Kossan is one of the largest producer of disposable latex and nitrile gloves in Malaysia, the second largest in the world. They export to over 190 countries. They are ISO 13485:2003, EN ISO 13485:2012, ISO 13485:2003-CMDCAS and ISO 9001:2008 certified[1] and is listed in Kuala Lumpur Stock Exchange.

Their revenue in 2017 was RM 1.96 billion and net profit was RM182.06 million.

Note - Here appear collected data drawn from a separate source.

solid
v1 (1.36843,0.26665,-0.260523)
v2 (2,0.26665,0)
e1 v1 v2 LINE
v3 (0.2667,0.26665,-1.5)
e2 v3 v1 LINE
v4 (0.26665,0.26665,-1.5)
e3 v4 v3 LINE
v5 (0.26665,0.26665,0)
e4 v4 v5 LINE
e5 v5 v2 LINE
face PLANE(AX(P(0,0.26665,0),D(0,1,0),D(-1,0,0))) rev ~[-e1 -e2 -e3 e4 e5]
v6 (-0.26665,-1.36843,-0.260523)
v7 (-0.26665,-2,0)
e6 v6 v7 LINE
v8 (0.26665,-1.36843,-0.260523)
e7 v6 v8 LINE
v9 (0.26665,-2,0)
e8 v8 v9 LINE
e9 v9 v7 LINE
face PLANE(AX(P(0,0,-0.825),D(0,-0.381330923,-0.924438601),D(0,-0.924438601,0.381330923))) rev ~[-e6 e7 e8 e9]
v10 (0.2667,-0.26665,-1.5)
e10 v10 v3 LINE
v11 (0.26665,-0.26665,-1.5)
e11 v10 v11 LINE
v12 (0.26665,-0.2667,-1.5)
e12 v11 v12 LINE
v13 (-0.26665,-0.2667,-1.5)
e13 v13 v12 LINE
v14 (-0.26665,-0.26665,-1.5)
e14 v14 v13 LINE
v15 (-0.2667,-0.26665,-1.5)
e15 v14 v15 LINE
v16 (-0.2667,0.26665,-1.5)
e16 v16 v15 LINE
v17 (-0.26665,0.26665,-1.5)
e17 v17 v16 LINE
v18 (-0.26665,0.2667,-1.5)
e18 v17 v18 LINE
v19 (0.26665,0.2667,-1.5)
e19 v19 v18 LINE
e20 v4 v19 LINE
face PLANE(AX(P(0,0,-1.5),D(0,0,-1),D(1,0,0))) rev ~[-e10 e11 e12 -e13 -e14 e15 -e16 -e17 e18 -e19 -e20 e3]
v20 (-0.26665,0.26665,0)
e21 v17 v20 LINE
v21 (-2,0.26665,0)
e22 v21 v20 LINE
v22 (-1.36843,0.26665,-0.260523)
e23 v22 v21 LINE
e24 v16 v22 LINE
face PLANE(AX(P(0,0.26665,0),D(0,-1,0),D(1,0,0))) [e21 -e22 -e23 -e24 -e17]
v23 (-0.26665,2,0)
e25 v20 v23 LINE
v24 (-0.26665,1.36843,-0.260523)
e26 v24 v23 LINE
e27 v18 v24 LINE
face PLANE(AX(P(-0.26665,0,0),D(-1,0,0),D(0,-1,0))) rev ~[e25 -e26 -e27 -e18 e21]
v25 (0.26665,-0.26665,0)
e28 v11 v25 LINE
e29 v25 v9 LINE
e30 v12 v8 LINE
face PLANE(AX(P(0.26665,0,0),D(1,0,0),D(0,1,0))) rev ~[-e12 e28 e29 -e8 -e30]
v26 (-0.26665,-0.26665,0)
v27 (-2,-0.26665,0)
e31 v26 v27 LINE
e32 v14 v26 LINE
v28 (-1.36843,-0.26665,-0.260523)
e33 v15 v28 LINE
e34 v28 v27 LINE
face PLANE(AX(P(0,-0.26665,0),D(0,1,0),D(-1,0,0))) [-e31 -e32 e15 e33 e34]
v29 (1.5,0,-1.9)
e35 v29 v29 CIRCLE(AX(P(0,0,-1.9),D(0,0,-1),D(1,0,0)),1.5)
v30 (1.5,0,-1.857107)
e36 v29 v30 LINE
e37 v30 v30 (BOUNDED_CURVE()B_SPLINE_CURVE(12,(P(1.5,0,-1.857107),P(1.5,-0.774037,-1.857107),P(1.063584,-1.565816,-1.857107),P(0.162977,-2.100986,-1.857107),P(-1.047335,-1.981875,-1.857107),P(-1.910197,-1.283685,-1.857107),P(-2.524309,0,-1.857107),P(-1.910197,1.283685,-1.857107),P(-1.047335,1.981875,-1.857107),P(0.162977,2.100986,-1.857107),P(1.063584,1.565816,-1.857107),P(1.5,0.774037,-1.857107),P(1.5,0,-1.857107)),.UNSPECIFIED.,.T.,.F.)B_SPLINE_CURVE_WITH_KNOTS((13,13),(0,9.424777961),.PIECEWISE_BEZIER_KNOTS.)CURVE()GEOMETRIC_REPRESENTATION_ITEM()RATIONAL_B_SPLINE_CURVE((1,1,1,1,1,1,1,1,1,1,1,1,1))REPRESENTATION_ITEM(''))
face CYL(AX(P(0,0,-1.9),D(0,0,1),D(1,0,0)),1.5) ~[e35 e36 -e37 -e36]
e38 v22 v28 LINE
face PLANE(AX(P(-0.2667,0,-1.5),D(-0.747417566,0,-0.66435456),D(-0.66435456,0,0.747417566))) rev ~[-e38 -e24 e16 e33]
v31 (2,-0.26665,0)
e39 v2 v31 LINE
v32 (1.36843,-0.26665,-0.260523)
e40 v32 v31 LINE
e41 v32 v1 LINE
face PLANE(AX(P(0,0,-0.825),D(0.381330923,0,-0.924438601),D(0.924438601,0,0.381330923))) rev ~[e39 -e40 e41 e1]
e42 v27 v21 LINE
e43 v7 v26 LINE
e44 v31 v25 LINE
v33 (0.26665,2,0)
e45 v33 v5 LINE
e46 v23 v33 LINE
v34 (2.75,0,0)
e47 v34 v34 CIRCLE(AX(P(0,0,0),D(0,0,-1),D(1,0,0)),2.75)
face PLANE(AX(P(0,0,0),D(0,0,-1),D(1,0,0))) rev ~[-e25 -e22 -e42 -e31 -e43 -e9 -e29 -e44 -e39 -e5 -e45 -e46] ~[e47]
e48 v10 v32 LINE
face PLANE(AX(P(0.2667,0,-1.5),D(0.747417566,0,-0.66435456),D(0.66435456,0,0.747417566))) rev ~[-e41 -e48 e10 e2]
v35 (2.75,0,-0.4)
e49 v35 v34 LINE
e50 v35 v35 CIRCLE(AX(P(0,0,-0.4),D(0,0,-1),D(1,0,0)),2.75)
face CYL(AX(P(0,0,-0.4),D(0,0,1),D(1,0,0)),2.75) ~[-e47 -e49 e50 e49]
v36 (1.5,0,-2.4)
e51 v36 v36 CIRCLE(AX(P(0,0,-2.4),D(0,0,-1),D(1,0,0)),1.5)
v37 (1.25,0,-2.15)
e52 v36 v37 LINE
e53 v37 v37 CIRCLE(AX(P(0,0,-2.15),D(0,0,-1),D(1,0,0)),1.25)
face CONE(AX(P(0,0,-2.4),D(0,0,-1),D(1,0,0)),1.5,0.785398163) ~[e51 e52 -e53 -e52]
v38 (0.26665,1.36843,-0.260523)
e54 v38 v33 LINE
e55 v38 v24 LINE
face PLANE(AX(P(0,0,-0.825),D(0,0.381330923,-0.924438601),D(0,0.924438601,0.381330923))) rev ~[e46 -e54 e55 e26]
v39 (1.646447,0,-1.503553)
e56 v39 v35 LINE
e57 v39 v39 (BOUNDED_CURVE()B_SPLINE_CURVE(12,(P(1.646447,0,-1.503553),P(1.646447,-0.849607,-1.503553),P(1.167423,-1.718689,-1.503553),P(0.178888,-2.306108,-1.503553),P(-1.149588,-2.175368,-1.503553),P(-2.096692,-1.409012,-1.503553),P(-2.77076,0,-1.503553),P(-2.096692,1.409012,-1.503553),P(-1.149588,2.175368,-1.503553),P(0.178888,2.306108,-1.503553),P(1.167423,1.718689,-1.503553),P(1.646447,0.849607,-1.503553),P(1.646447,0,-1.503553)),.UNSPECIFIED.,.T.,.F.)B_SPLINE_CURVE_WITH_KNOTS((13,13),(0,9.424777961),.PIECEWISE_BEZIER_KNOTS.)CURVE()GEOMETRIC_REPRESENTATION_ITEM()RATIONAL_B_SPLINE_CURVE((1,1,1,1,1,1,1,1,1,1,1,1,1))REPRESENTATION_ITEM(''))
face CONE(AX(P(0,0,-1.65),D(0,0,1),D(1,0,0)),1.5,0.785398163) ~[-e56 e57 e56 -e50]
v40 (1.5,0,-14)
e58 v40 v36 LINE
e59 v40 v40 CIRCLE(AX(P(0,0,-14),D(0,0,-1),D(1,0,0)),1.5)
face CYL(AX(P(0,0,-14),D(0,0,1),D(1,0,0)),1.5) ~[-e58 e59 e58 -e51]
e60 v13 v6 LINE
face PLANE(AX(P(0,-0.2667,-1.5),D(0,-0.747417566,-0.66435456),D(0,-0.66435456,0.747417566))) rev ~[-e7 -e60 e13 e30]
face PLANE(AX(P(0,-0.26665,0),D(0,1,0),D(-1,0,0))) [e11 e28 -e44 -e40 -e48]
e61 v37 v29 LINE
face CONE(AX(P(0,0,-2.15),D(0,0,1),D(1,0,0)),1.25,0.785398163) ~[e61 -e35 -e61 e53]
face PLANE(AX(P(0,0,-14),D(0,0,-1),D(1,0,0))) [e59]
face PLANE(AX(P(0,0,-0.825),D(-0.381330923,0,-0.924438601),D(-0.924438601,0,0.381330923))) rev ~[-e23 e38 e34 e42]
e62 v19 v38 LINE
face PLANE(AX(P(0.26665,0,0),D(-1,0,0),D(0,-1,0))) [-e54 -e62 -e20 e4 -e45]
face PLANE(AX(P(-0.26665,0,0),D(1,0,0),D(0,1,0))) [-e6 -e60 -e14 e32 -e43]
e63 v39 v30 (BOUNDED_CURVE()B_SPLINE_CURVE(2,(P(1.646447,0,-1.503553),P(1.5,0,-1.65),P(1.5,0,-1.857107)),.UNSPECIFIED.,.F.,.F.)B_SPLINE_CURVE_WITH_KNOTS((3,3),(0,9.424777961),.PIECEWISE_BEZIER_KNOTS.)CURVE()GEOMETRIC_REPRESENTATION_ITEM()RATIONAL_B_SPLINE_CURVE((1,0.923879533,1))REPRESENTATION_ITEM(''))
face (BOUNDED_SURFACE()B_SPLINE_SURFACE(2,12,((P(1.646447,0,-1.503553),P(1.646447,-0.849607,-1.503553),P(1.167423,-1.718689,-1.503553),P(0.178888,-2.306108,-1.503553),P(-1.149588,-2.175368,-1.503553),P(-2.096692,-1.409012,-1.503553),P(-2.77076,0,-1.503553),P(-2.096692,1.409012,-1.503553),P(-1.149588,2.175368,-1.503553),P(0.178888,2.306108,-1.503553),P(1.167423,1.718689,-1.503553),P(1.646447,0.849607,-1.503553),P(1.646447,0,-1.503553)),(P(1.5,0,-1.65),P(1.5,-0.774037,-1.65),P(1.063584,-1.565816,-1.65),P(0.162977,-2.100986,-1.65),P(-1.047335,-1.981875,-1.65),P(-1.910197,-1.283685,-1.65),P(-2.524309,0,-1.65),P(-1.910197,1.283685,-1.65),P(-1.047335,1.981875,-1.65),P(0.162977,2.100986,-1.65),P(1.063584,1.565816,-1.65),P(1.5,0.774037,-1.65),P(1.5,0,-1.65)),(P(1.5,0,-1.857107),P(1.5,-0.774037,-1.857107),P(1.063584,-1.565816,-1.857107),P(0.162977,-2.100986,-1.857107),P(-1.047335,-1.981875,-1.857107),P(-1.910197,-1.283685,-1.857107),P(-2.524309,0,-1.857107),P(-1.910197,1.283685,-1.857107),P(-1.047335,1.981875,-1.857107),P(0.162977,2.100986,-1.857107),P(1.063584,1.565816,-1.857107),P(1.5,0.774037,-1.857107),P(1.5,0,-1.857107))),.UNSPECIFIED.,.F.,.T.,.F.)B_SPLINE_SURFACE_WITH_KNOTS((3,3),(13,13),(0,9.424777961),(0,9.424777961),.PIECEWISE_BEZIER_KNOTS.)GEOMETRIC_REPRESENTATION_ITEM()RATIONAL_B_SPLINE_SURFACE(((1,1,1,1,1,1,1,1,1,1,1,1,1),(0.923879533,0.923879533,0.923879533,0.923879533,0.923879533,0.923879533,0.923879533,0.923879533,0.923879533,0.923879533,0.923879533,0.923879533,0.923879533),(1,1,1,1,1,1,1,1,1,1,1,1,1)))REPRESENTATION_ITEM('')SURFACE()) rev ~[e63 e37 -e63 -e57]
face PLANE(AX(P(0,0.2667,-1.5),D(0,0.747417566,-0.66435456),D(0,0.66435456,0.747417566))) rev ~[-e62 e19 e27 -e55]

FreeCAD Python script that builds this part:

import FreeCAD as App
import Part
import Sketcher


def edges_at(feature, points):
    """Names of the edges that pass closest to the given points."""
    edges = feature.Shape.Edges
    near = lambda p: min(range(len(edges)), key=lambda i: edges[i].distToShape(Part.Vertex(*p))[0])
    return sorted({f"Edge{near(p) + 1}" for p in points})

doc = App.newDocument("Part")
body = doc.addObject("PartDesign::Body", "Body")

sketch1 = doc.addObject("Sketcher::SketchObject", "Sketch")
body.addObject(sketch1)
sketch1.AttachmentSupport = (doc.XZ_Plane, [""])
sketch1.MapMode = "FlatFace"
sketch1.addGeometry([
    Part.LineSegment(App.Vector(0, 0, 0), App.Vector(2.75, 0, 0)),
    Part.LineSegment(App.Vector(2.75, 0, 0), App.Vector(2.75, -0.4, 0)),
    Part.LineSegment(App.Vector(2.75, -0.4, 0), App.Vector(1.5, -1.65, 0)),
    Part.LineSegment(App.Vector(1.5, -1.65, 0), App.Vector(1.5, -1.9, 0)),
    Part.LineSegment(App.Vector(1.5, -1.9, 0), App.Vector(1.25, -2.15, 0)),
    Part.LineSegment(App.Vector(1.25, -2.15, 0), App.Vector(1.5, -2.4, 0)),
    Part.LineSegment(App.Vector(1.5, -2.4, 0), App.Vector(1.5, -14, 0)),
    Part.LineSegment(App.Vector(1.5, -14, 0), App.Vector(0, -14, 0)),
    Part.LineSegment(App.Vector(0, -14, 0), App.Vector(0, 0, 0)),
], False)
sketch1.addConstraint([
    Sketcher.Constraint("Coincident", 0, 2, 1, 1),
    Sketcher.Constraint("Coincident", 1, 2, 2, 1),
    Sketcher.Constraint("Coincident", 2, 2, 3, 1),
    Sketcher.Constraint("Coincident", 3, 2, 4, 1),
    Sketcher.Constraint("Coincident", 4, 2, 5, 1),
    Sketcher.Constraint("Coincident", 5, 2, 6, 1),
    Sketcher.Constraint("Coincident", 6, 2, 7, 1),
    Sketcher.Constraint("Coincident", 7, 2, 8, 1),
    Sketcher.Constraint("Coincident", 8, 2, 0, 1),
    Sketcher.Constraint("Horizontal", 0),
    Sketcher.Constraint("Vertical", 1),
    Sketcher.Constraint("Vertical", 3),
    Sketcher.Constraint("Vertical", 6),
    Sketcher.Constraint("Horizontal", 7),
    Sketcher.Constraint("Vertical", 8),
    Sketcher.Constraint("Coincident", 8, 2, -1, 1),
    Sketcher.Constraint("Parallel", 2, 4),
    Sketcher.Constraint("Perpendicular", 4, 5),
    Sketcher.Constraint("Vertical", 3, 2, 5, 2),
    Sketcher.Constraint("Equal", 4, 5),
    Sketcher.Constraint("DistanceY", 8, 1, 8, 2, 14.0),
    Sketcher.Constraint("DistanceX", 7, 2, 7, 1, 1.5),
    Sketcher.Constraint("DistanceX", 0, 1, 0, 2, 2.75),
    Sketcher.Constraint("DistanceY", 3, 2, 3, 1, 0.25),
    Sketcher.Constraint("DistanceX", 4, 2, 1, 2, 1.5),
    Sketcher.Constraint("DistanceY", 2, 2, -1, 1, 1.65),
])
revolution = doc.addObject("PartDesign::Revolution", "Revolution")
body.addObject(revolution)
revolution.Profile = sketch1
revolution.ReferenceAxis = (sketch1, ["V_Axis"])
revolution.Angle = 360

sketch2 = doc.addObject("Sketcher::SketchObject", "Sketch001")
body.addObject(sketch2)
sketch2.AttachmentSupport = (doc.XZ_Plane, [""])
sketch2.MapMode = "FlatFace"
sketch2.addGeometry([
    Part.LineSegment(App.Vector(0, 0, 0), App.Vector(1.6, 0, 0)),
    Part.LineSegment(App.Vector(1.6, 0, 0), App.Vector(0.27, -1.5, 0)),
    Part.LineSegment(App.Vector(0.27, -1.5, 0), App.Vector(0, -1.5, 0)),
    Part.LineSegment(App.Vector(0, -1.5, 0), App.Vector(0, 0, 0)),
], False)
sketch2.addConstraint([
    Sketcher.Constraint("Coincident", 0, 2, 1, 1),
    Sketcher.Constraint("Coincident", 1, 2, 2, 1),
    Sketcher.Constraint("Coincident", 2, 2, 3, 1),
    Sketcher.Constraint("Coincident", 3, 2, 0, 1),
    Sketcher.Constraint("Horizontal", 0),
    Sketcher.Constraint("Horizontal", 2),
    Sketcher.Constraint("Vertical", 3),
    Sketcher.Constraint("Coincident", 3, 2, -1, 1),
    Sketcher.Constraint("DistanceX", 0, 1, 0, 2, 1.6),
    Sketcher.Constraint("DistanceY", 3, 1, 3, 2, 1.5),
    Sketcher.Constraint("DistanceX", 2, 2, 2, 1, 0.2667),
])
pocket1 = doc.addObject("PartDesign::Pocket", "Pocket")
body.addObject(pocket1)
pocket1.Profile = sketch2
pocket1.Length = 0.5333
pocket1.Midplane = True
doc.recompute()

In 2020, the COVID-19 global pandemic drove demands for rubber gloves. During this time, Kossan saw its stock value doubled. Kossan's founder, Dato' Lim Kuang Sia, became a new billionaire in Malaysia with a reported net worth of $1.1 billion. The company is also expanding its production line in Bidor, Perak since there is a surge on gloves demand.

In November 2020, the company donated a total of RM50 million to the Government's COVID-19 fund set up to battle the pandemic.

KOSSAN has to-date an annual gloves production capacity of 32 billion pieces and a compounding capacity of technical rubber products exceeding 10,000 metric tonne per annum.

== Partnerships ==
In 2017, the subsidiary of KRI, Doshin Rubber Products entered into a partnership with Universiti Teknologi MARA for mutual sharing of resources and expertise.